# DATA SUPPLIED
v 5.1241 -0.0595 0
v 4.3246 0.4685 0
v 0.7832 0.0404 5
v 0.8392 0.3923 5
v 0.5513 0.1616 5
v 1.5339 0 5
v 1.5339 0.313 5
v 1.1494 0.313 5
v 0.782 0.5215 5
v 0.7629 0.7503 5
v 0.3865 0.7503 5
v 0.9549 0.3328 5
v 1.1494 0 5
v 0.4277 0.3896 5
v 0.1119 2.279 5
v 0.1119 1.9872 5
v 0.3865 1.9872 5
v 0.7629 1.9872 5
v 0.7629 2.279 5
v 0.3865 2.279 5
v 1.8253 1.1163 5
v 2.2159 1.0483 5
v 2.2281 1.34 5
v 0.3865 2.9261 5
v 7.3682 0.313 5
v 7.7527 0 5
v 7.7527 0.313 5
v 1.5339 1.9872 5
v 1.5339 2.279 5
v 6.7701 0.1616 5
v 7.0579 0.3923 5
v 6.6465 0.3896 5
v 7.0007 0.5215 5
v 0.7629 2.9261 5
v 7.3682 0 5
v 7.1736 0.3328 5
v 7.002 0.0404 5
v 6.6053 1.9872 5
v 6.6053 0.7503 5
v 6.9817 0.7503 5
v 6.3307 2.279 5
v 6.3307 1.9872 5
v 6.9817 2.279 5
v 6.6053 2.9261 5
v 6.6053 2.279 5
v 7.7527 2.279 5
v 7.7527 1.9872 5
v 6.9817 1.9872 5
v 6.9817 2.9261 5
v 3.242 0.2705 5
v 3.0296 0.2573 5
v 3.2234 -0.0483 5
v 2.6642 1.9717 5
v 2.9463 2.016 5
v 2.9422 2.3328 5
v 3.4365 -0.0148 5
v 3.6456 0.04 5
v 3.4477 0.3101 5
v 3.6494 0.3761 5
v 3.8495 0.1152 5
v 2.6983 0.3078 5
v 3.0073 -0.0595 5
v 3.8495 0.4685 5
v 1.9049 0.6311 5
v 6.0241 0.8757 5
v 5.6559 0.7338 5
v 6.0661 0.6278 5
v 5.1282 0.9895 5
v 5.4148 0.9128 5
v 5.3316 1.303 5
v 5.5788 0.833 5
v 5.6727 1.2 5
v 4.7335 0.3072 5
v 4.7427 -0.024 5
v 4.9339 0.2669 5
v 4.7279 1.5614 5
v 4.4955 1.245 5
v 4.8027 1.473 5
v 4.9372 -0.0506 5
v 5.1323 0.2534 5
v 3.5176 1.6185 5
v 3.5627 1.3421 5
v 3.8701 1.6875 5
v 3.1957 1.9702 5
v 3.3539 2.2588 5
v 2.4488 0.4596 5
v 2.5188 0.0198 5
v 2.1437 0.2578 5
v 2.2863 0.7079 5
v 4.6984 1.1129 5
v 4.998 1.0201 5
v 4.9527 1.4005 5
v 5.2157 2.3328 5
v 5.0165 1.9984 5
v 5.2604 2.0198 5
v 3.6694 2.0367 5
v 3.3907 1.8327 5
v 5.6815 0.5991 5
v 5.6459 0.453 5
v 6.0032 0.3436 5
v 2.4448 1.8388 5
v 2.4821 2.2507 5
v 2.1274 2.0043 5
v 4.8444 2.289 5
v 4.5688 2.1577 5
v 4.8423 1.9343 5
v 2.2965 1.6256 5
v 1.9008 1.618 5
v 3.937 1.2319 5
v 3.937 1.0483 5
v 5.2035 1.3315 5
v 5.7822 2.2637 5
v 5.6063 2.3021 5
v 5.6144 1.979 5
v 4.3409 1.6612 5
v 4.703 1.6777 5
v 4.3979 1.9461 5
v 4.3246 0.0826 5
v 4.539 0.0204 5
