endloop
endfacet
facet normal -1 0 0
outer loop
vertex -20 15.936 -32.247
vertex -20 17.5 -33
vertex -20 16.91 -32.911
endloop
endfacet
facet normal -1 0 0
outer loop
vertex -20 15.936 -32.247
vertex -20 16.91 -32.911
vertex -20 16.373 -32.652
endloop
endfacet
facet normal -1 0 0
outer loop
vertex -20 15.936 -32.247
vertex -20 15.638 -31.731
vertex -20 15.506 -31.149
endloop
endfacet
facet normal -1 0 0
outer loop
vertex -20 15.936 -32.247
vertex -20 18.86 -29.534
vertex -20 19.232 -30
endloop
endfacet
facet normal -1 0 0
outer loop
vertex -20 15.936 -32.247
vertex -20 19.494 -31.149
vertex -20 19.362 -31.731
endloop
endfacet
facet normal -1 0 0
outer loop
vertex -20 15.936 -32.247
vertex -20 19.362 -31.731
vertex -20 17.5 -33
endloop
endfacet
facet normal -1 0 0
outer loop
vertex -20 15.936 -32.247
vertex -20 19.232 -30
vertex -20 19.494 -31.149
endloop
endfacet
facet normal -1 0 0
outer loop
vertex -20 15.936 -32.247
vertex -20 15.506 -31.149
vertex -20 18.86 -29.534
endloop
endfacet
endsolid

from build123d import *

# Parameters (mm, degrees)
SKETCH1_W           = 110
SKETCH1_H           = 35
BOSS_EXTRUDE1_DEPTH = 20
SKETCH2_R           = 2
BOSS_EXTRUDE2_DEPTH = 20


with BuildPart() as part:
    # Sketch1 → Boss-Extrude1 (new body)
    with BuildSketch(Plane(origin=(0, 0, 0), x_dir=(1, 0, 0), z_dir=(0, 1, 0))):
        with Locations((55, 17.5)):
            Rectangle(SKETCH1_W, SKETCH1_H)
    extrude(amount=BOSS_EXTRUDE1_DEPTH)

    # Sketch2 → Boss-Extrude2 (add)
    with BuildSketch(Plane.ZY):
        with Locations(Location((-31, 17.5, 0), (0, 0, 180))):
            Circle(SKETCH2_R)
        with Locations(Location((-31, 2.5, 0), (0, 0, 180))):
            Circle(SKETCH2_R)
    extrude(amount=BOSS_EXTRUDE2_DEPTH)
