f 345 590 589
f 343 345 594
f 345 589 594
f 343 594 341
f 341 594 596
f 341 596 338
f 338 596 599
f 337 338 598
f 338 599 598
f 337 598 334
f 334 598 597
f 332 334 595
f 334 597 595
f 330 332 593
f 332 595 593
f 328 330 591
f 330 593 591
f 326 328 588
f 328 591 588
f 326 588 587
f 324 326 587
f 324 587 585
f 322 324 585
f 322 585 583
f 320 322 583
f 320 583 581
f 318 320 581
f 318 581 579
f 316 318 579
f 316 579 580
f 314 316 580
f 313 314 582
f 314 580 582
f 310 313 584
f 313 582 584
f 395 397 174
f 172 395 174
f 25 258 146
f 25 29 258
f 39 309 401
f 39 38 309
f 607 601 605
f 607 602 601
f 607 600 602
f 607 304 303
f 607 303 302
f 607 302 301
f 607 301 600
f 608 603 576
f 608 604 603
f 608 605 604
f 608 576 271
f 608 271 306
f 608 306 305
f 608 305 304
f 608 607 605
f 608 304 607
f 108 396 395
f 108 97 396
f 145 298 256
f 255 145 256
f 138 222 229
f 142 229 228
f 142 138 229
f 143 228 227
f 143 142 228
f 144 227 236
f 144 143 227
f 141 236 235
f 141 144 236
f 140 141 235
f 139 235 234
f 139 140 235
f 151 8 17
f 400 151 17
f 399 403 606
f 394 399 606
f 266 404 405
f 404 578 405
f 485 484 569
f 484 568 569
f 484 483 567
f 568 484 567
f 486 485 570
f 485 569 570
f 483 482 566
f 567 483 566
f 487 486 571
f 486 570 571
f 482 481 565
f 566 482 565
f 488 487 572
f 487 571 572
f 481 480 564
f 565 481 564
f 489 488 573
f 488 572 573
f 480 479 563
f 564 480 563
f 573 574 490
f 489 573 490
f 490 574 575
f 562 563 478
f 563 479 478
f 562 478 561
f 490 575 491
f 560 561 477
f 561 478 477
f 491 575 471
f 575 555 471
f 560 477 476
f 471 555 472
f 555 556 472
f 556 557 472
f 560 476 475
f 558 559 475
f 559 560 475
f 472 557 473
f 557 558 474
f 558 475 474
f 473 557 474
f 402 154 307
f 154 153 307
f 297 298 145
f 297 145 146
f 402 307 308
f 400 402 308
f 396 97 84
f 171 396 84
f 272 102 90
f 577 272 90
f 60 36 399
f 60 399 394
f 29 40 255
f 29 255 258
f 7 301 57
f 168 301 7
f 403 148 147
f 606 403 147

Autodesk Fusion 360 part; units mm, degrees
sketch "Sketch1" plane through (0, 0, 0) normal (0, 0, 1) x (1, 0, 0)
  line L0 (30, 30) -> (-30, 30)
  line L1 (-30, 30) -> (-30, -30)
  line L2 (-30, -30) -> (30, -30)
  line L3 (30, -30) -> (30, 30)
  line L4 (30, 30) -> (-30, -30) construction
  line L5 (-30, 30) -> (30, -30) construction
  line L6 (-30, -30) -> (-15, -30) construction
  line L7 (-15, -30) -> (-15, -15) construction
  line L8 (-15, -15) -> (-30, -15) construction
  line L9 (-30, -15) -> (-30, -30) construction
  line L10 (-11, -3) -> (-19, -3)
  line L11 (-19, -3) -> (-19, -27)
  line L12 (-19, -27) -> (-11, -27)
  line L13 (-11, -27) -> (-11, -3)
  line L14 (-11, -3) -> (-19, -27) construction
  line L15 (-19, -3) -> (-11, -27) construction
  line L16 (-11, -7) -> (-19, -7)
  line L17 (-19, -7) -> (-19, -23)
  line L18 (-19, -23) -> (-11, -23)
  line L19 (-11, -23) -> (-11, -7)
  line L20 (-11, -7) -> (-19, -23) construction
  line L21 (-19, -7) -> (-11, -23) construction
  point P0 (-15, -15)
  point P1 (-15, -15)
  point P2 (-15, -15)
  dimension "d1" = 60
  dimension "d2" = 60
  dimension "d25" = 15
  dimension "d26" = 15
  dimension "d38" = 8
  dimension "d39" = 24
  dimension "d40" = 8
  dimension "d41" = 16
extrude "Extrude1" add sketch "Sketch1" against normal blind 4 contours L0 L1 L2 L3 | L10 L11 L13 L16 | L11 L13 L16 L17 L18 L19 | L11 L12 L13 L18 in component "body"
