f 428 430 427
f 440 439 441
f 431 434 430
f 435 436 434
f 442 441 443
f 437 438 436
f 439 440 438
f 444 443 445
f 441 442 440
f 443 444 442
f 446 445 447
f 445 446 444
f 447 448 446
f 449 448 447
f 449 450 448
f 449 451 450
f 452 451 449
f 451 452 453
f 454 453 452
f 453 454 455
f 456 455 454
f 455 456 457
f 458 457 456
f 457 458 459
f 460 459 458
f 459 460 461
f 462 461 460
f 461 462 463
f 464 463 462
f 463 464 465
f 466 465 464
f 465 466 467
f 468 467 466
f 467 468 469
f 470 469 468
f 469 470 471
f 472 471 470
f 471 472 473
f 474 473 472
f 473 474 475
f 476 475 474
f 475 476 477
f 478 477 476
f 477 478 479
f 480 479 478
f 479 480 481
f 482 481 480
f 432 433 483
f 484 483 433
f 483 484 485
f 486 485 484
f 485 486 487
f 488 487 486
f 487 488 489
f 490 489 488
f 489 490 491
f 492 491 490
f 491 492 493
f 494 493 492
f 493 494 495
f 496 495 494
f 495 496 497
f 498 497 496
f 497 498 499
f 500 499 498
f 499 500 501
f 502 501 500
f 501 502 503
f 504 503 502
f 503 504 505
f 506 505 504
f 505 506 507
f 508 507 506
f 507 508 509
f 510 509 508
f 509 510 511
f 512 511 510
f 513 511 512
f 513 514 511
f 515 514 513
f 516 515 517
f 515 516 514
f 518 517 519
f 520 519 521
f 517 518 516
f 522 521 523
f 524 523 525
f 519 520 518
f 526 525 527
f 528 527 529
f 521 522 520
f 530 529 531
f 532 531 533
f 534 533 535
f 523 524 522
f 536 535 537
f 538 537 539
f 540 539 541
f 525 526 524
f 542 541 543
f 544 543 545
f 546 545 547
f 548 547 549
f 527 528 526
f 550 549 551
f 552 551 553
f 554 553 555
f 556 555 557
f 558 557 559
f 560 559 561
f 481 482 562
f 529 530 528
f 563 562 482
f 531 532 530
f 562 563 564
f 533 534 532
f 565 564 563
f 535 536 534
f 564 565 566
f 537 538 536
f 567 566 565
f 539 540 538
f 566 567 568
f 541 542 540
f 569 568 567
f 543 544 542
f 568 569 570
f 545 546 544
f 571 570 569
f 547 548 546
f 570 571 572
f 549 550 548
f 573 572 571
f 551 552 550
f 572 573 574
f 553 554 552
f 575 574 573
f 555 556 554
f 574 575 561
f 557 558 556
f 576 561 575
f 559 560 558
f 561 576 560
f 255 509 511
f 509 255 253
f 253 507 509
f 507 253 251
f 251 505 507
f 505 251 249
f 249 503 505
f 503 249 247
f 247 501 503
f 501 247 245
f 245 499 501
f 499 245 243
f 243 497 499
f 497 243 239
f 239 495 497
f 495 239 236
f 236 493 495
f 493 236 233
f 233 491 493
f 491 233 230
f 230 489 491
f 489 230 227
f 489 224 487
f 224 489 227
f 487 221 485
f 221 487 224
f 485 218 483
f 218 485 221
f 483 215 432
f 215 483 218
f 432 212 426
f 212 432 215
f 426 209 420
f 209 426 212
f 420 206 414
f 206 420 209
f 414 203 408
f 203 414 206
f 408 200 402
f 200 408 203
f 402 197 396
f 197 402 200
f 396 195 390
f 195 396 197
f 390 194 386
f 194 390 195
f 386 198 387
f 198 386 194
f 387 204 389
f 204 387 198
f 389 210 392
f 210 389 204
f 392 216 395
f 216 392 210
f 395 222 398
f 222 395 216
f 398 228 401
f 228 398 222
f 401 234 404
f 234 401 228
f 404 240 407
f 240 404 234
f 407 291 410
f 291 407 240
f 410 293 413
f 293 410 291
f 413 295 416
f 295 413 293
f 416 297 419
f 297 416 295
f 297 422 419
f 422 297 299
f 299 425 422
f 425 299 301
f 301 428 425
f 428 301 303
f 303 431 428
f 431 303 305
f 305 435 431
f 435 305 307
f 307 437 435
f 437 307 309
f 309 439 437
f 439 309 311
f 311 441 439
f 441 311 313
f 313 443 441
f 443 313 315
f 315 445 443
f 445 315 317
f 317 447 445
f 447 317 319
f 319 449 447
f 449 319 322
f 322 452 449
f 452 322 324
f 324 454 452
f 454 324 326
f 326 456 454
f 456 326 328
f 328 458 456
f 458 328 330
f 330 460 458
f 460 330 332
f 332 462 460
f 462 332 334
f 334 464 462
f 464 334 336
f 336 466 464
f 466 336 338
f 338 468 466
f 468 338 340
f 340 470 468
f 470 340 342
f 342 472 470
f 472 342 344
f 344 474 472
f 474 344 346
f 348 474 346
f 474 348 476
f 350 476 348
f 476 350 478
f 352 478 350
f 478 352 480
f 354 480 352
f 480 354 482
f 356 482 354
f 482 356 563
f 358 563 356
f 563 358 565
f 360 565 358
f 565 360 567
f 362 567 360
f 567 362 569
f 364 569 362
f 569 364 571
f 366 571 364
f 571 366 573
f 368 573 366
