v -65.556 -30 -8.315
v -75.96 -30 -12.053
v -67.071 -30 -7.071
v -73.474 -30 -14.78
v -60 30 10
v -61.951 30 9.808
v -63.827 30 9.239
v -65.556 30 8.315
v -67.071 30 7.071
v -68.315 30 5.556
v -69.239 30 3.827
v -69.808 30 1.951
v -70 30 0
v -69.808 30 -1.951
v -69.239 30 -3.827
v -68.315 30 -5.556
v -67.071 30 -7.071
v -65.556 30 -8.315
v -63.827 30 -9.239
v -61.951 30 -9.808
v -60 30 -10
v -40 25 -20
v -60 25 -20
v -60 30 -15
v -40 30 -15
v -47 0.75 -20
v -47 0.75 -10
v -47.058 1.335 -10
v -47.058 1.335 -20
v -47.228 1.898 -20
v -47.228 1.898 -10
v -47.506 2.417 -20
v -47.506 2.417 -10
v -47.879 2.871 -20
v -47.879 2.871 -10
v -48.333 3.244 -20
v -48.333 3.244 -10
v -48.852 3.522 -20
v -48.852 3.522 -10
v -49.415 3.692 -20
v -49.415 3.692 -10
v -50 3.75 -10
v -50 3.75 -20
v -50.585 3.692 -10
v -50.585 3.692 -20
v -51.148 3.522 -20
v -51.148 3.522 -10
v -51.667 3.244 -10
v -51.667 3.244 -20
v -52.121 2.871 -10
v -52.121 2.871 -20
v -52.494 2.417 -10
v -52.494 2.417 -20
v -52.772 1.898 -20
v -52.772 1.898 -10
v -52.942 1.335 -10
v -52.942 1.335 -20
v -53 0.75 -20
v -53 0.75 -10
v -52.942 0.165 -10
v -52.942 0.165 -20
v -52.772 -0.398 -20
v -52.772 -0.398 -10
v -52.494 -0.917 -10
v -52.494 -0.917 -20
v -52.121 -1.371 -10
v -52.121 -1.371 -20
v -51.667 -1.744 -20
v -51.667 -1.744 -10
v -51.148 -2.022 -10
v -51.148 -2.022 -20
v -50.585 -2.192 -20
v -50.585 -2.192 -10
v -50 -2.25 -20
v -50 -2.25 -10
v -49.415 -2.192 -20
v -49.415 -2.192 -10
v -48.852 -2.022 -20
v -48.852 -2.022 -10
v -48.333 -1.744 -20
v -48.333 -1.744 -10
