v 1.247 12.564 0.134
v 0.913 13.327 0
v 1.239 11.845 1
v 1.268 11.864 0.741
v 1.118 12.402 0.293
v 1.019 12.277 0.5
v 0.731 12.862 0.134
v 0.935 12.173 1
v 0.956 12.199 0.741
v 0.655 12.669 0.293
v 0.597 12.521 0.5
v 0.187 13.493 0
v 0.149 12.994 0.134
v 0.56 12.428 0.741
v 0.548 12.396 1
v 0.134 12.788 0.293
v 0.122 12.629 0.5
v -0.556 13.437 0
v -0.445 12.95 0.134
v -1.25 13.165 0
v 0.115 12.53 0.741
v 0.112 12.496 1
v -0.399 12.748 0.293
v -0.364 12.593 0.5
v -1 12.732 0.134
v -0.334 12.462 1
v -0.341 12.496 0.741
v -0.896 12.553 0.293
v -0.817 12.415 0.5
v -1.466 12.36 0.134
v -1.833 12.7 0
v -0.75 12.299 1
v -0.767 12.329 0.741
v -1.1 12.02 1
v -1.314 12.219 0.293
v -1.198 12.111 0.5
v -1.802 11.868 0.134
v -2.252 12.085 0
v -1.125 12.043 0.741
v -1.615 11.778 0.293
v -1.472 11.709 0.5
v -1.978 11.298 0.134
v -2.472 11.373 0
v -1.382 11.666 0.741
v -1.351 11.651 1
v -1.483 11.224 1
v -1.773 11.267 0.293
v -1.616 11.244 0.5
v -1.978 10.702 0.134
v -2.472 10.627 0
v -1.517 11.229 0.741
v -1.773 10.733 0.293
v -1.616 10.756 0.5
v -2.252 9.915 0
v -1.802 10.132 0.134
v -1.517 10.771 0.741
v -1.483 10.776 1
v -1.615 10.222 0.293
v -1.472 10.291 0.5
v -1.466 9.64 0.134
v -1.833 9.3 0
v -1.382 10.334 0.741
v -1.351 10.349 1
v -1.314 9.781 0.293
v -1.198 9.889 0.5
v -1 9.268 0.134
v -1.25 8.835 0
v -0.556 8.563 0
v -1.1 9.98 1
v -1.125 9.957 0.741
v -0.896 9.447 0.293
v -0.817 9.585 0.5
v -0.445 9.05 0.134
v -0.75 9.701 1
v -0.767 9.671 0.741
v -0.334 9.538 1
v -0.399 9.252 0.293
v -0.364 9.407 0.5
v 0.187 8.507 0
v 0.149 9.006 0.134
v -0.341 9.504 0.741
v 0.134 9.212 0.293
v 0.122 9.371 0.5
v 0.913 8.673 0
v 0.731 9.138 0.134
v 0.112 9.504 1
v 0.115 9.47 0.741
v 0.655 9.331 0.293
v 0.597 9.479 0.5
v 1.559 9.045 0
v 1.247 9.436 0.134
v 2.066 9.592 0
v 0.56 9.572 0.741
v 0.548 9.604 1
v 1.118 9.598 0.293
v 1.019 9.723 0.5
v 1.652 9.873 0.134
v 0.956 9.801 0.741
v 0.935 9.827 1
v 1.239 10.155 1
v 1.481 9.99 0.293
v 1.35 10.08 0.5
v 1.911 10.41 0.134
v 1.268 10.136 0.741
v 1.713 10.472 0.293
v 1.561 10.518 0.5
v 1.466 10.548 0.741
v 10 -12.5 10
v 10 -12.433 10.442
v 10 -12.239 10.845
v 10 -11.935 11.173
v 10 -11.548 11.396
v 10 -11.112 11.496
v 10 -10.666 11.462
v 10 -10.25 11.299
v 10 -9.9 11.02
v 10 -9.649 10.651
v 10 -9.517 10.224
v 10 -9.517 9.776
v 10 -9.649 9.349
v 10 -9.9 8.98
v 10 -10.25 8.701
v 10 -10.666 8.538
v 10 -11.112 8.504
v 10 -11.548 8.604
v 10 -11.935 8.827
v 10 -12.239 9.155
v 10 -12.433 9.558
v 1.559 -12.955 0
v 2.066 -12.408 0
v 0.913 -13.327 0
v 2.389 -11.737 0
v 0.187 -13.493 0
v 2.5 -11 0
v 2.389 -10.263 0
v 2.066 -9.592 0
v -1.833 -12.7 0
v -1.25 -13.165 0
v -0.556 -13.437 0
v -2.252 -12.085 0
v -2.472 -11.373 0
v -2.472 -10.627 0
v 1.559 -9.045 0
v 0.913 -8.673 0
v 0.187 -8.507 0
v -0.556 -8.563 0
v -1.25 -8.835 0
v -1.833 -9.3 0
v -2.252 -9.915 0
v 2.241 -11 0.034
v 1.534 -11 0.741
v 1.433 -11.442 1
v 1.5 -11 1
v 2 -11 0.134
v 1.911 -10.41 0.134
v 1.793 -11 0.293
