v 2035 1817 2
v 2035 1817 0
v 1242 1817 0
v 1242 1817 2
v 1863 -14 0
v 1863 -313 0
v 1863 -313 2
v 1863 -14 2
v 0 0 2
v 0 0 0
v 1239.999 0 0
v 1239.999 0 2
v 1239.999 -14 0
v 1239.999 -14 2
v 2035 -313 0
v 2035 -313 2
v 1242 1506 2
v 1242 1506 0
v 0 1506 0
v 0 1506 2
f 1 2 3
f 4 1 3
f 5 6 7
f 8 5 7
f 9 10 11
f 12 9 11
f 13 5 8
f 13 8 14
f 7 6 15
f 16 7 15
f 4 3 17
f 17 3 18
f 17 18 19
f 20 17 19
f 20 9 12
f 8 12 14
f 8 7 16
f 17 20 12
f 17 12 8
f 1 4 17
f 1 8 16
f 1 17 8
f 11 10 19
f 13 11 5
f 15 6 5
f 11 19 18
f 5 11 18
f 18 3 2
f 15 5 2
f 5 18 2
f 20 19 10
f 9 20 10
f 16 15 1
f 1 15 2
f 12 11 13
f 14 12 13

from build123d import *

# Parameters (mm, degrees)
BOSS_EXTRUDE1_DEPTH = 2
CUT_EXTRUDE2_DEPTH  = 330


with BuildPart() as part:
    # Sketch1 → Boss-Extrude1 (new body)
    with BuildSketch(Plane.XY):
        Polygon((1242, 1506), (0, 1506), (0, 0), (1239.998813056, 0), (1239.998813056, -14), (1672.998813056, -14), (1672.998813056, -313), (2035, -313), (2035, 1817), (1242, 1817), align=None)
    extrude(amount=BOSS_EXTRUDE1_DEPTH)

    # Sketch3 → Cut-Extrude2 (cut)
    with BuildSketch(Plane(origin=(-124.112118138, -344, 1006.457487155), x_dir=(-1, 0, 0), z_dir=(0, -1, 0))):
        with BuildLine():
            Line((-1887.112118138, 819.457487155), (-1466.112118138, 819.457487155))
            ThreePointArc((-1466.112118138, 819.457487155), (-1395.40144002, 848.746809036), (-1366.112118138, 919.457487155))
            Line((-1366.112118138, 919.457487155), (-1366.112118138, 2569.457487155))
            ThreePointArc((-1366.112118138, 2569.457487155), (-1395.40144002, 2640.168165273), (-1466.112118138, 2669.457487155))
            Line((-1466.112118138, 2669.457487155), (-1887.112118138, 2669.457487155))
            ThreePointArc((-1887.112118138, 2669.457487155), (-1957.822796257, 2640.168165273), (-1987.112118138, 2569.457487155))
            Line((-1987.112118138, 2569.457487155), (-1987.112118138, 919.457487155))
            ThreePointArc((-1987.112118138, 919.457487155), (-1957.822796257, 848.746809036), (-1887.112118138, 819.457487155))
        make_face()
    extrude(amount=-CUT_EXTRUDE2_DEPTH, mode=Mode.SUBTRACT)


solid = part.part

# TASK TO CARRY OUT
Would you copy out exactly the lines above that start at the one containing "f 398 228 401" and end at the one containing "f 344 474 472", inclusive?

# TASK OUTPUT
f 398 228 401
f 228 398 222
f 401 234 404
f 234 401 228
f 404 240 407
f 240 404 234
f 407 291 410
f 291 407 240
f 410 293 413
f 293 410 291
f 413 295 416
f 295 413 293
f 416 297 419
f 297 416 295
f 297 422 419
f 422 297 299
f 299 425 422
f 425 299 301
f 301 428 425
f 428 301 303
f 303 431 428
f 431 303 305
f 305 435 431
f 435 305 307
f 307 437 435
f 437 307 309
f 309 439 437
f 439 309 311
f 311 441 439
f 441 311 313
f 313 443 441
f 443 313 315
f 315 445 443
f 445 315 317
f 317 447 445
f 447 317 319
f 319 449 447
f 449 319 322
f 322 452 449
f 452 322 324
f 324 454 452
f 454 324 326
f 326 456 454
f 456 326 328
f 328 458 456
f 458 328 330
f 330 460 458
f 460 330 332
f 332 462 460
f 462 332 334
f 334 464 462
f 464 334 336
f 336 466 464
f 466 336 338
f 338 468 466
f 468 338 340
f 340 470 468
f 470 340 342
f 342 472 470
f 472 342 344
f 344 474 472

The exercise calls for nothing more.